Stored data:
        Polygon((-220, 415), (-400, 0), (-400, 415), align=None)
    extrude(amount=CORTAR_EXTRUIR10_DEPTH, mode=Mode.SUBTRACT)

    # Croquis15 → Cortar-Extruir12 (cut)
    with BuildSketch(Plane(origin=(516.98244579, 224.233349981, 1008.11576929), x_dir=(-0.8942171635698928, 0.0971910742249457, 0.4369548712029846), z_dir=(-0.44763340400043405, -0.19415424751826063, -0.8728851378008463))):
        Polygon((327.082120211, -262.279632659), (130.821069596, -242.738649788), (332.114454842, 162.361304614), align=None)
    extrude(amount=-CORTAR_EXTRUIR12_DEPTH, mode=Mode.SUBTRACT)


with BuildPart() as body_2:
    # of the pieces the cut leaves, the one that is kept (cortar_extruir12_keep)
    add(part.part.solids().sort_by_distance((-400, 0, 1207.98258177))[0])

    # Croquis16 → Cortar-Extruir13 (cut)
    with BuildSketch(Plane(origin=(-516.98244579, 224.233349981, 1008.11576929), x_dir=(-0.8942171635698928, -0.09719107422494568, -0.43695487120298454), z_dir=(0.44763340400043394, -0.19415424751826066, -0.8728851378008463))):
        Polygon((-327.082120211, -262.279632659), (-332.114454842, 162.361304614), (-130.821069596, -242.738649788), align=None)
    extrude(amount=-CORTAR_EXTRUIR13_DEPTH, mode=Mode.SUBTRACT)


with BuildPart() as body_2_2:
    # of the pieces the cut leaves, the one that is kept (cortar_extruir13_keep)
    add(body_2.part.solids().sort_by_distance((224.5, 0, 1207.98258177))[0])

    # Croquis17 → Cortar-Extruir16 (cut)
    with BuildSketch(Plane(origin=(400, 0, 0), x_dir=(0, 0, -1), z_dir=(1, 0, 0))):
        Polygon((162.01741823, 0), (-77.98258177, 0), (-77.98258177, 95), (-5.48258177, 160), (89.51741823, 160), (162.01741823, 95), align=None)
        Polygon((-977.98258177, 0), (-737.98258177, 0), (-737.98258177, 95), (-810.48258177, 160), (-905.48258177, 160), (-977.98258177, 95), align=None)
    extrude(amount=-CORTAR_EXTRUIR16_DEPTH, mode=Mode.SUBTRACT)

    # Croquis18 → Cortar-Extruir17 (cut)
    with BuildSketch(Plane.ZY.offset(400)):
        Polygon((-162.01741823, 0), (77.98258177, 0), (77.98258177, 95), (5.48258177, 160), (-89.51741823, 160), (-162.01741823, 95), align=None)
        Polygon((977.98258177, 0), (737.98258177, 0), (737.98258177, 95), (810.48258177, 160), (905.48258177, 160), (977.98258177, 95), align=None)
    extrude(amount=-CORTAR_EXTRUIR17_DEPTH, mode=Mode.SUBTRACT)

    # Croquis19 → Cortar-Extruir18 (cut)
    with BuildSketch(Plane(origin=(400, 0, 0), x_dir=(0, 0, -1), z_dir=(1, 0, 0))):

### Exercise aim
Which lines in the entries above contain "leaves"? Pull each of them out.

### Exercise response
    # of the pieces the cut leaves, the one that is kept (cortar_extruir12_keep)
    # of the pieces the cut leaves, the one that is kept (cortar_extruir13_keep)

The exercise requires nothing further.